The authors compare their proposed method against existing models on the FutureBench and AVEP benchmarks. The results demonstrate that the proposed approach achieves superior performance across all evaluated metrics, including average accuracy and specific event components. The proposed method outperforms both VideoChat-R1 and Video-R1 on all measured categories. Results show significant improvements in verb prediction and action-related F1 scores compared to the baseline models. The proposed approach achieves the highest overall average score on the FutureBench benchmark.
The authors evaluate various MLLMs on the FutureBench benchmark for video event prediction. Results show that the proposed CoE-GRPO method consistently achieves the highest overall performance across different model scales compared to vanilla models and other training methods. CoE-GRPO outperforms both vanilla models and CoE-SFT across most prediction types and the overall average. The CoE-GRPO method demonstrates superior performance on both the 3B and 7B versions of the Qwen2.5-VL model. The proposed training approach shows significant improvements in prediction accuracy over standard instruction tuning and vanilla reinforcement learning methods.
The authors compare different training methods using a judge-based evaluation to assess the reasoning quality and accuracy of model predictions. The results show that methods incorporating the CoE paradigm significantly outperform standard instruction tuning and reinforcement learning baselines.
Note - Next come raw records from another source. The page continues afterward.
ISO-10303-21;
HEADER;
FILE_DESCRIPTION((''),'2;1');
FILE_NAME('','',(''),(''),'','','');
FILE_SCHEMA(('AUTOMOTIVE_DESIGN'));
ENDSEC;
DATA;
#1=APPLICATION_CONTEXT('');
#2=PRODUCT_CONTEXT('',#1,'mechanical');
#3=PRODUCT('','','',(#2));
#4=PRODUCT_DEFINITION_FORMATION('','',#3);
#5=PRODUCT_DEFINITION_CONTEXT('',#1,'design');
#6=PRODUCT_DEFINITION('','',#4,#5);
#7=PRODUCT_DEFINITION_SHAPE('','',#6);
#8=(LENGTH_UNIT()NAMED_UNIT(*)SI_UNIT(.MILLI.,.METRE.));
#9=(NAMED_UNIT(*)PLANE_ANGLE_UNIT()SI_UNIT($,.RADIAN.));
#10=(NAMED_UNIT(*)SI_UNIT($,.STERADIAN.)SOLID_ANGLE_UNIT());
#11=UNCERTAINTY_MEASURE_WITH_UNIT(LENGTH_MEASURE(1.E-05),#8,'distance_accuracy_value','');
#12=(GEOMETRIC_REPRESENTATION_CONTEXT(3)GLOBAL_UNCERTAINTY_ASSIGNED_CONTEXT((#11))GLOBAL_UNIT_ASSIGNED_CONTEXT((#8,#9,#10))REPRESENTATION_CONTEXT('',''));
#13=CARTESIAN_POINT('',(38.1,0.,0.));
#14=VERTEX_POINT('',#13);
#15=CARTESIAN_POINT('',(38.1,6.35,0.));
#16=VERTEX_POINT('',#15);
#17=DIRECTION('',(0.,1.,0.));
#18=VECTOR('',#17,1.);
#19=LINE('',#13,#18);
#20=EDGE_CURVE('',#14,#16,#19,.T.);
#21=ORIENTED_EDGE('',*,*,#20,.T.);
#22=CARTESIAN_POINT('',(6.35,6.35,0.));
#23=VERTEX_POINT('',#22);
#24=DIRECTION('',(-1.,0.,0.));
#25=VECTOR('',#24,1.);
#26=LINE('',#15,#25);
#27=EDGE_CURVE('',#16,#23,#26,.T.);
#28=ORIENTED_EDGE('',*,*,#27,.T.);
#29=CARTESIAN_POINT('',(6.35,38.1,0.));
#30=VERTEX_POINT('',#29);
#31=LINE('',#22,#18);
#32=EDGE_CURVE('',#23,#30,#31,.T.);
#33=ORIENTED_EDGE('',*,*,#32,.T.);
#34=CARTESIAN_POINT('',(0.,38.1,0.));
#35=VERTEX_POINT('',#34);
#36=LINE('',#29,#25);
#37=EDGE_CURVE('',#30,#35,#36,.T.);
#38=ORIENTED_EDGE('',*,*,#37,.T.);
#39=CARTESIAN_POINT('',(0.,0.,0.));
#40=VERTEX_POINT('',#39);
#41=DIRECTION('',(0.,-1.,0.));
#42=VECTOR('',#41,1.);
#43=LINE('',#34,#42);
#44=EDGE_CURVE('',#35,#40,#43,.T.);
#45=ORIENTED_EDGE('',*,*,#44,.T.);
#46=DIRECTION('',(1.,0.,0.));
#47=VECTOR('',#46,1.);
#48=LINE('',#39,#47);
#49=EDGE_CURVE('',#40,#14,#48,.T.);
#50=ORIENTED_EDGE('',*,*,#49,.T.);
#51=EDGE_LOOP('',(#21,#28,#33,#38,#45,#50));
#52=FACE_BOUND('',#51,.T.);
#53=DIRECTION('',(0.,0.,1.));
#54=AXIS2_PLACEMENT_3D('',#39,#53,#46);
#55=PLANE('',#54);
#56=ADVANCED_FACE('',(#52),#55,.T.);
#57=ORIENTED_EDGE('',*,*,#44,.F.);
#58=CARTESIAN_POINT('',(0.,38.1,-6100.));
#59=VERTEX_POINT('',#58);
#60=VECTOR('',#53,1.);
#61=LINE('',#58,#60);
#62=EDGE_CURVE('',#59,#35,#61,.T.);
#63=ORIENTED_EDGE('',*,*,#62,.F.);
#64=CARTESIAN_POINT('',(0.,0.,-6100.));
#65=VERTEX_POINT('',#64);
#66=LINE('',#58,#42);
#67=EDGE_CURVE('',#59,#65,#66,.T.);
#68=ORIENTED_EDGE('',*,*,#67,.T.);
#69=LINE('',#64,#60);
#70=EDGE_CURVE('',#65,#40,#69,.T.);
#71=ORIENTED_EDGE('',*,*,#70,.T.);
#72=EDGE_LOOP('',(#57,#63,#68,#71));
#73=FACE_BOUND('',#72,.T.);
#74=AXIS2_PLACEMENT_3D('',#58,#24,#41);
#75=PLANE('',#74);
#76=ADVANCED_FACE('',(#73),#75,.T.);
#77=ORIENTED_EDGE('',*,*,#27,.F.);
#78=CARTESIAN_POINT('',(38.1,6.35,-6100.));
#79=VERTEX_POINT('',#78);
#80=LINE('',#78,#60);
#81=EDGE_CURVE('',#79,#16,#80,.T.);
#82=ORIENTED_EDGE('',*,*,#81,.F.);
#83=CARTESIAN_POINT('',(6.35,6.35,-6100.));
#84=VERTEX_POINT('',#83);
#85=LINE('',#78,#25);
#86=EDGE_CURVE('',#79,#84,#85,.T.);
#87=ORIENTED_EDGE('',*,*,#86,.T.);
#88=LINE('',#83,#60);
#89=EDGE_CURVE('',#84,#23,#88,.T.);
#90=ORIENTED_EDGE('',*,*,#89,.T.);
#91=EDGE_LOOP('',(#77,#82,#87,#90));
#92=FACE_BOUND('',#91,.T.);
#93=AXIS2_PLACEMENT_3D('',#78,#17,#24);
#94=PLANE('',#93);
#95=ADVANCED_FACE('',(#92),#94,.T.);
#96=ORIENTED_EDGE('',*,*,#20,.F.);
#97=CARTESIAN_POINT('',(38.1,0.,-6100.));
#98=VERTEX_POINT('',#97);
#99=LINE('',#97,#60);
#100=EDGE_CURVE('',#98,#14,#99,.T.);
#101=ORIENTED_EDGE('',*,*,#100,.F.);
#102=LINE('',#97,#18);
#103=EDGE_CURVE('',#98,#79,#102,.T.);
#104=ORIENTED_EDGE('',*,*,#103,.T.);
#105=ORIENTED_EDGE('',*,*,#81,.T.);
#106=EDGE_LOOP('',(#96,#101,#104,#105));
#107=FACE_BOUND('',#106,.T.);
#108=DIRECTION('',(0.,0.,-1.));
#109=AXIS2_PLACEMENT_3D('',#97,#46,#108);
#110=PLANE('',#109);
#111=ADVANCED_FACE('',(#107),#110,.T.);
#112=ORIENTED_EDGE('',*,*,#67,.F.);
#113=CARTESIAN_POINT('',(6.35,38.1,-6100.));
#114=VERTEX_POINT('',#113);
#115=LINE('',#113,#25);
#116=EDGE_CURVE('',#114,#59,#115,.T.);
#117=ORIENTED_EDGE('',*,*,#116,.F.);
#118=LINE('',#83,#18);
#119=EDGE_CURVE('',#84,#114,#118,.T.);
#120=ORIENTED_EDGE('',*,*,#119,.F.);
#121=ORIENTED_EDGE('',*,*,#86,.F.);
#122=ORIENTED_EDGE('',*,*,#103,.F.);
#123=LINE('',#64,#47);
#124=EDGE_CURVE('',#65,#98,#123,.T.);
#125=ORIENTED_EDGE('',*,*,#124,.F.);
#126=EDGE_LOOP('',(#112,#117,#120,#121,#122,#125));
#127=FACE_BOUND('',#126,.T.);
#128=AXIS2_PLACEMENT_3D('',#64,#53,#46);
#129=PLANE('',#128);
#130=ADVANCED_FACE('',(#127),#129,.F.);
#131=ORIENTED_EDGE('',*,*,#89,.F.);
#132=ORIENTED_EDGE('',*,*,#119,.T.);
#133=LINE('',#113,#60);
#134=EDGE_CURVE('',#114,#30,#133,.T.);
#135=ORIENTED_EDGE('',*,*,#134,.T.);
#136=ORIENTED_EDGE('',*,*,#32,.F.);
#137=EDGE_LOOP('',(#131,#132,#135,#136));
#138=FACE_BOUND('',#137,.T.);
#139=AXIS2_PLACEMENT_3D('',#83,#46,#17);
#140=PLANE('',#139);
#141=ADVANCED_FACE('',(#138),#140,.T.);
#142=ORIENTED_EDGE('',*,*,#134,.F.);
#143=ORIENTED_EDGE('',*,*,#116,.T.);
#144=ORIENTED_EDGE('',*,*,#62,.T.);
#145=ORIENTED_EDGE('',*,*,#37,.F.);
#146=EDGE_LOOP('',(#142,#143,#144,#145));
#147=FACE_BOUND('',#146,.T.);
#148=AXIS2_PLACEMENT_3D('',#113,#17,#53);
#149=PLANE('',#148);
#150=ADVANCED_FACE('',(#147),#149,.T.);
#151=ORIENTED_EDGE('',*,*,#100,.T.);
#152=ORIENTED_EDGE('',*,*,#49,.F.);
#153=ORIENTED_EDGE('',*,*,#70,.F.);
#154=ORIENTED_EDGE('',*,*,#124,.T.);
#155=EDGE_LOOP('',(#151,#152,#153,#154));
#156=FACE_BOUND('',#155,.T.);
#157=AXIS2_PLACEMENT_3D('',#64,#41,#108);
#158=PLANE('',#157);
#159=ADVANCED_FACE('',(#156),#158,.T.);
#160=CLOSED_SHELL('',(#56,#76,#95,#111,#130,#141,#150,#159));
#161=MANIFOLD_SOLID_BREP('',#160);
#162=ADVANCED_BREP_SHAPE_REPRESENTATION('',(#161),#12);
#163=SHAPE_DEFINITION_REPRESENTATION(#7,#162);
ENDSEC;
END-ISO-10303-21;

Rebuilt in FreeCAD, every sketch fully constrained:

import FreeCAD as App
import Part
import Sketcher

V = App.Vector
Q = App.Units.Quantity


def add_polygon(sketch, points):
    """Adds a closed chain of lines whose ends are joined by coincident constraints."""
    first, n = sketch.GeometryCount, len(points)
    for a, b in zip(points, points[1:] + points[:1]):
        sketch.addGeometry(Part.LineSegment(App.Vector(*a, 0), App.Vector(*b, 0)), False)
    for i in range(n):
        sketch.addConstraint(Sketcher.Constraint("Coincident", first + i, 2, first + (i + 1) % n, 1))

doc = App.newDocument("Part")
body = doc.addObject("PartDesign::Body", "Body")

# Sketch on XY plane
sketch1 = body.newObject("Sketcher::SketchObject", "Sketch")
sketch1.AttachmentSupport = (doc.getObject("XY_Plane"), [""])
sketch1.MapMode = "FlatFace"
add_polygon(sketch1, [(0, 38.1), (0, 0), (38.1, 0), (38.1, 6.35), (6.35, 6.35), (6.35, 38.1)])  # lines 0-5
sketch1.addConstraint(Sketcher.Constraint("Vertical", 0))
sketch1.addConstraint(Sketcher.Constraint("Horizontal", 1))
sketch1.addConstraint(Sketcher.Constraint("Vertical", 2))
sketch1.addConstraint(Sketcher.Constraint("Horizontal", 3))
sketch1.addConstraint(Sketcher.Constraint("Vertical", 4))
sketch1.addConstraint(Sketcher.Constraint("Horizontal", 5))
sketch1.addConstraint(Sketcher.Constraint("Coincident", 0, 2, -1, 1))
sketch1.addConstraint(Sketcher.Constraint("Equal", 1, 0))
sketch1.addConstraint(Sketcher.Constraint("Equal", 5, 2))
sketch1.addConstraint(Sketcher.Constraint("DistanceX", 1, 1, 1, 2, Q("1.5 in")))
sketch1.addConstraint(Sketcher.Constraint("DistanceX", 3, 2, 3, 1, Q("1.25 in")))
pad1 = body.newObject("PartDesign::Pad", "Pad")
pad1.Profile = sketch1
pad1.Length = 6100
pad1.Reversed = True

doc.recompute()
CoE-SFT achieves the highest win rate among all evaluated methods. CoE-GRPO demonstrates a substantial improvement in win rate compared to vanilla GRPO and SFT. The CoE-based approaches show a clear advantage over the Instruct baseline in terms of reasoning performance.
The authors evaluate different fine-tuning and reasoning strategies to improve the visual attention of MLLMs during video event prediction. Results show that the proposed CoE methods significantly outperform standard SFT, CoT, and GRPO approaches in both reasoning win rate and attention improvement. CoE-SFT achieves the highest win rate and the most substantial increase in visual token attention. CoE-GRPO also demonstrates superior performance compared to vanilla GRPO and SFT methods. Standard SFT actually results in a decrease in visual attention, whereas the CoE paradigm effectively enhances it.
The authors evaluate the CoE-GRPO method against various baseline models and training strategies using the AVEP and FutureBench benchmarks to assess video event prediction and reasoning quality. The results demonstrate that the CoE paradigm significantly improves accuracy in predicting event components such as nouns and verbs while enhancing visual attention compared to standard instruction tuning. Ultimately, the proposed approach consistently outperforms existing open-source and commercial models across different scales, showing superior reasoning capabilities and better alignment with visual information.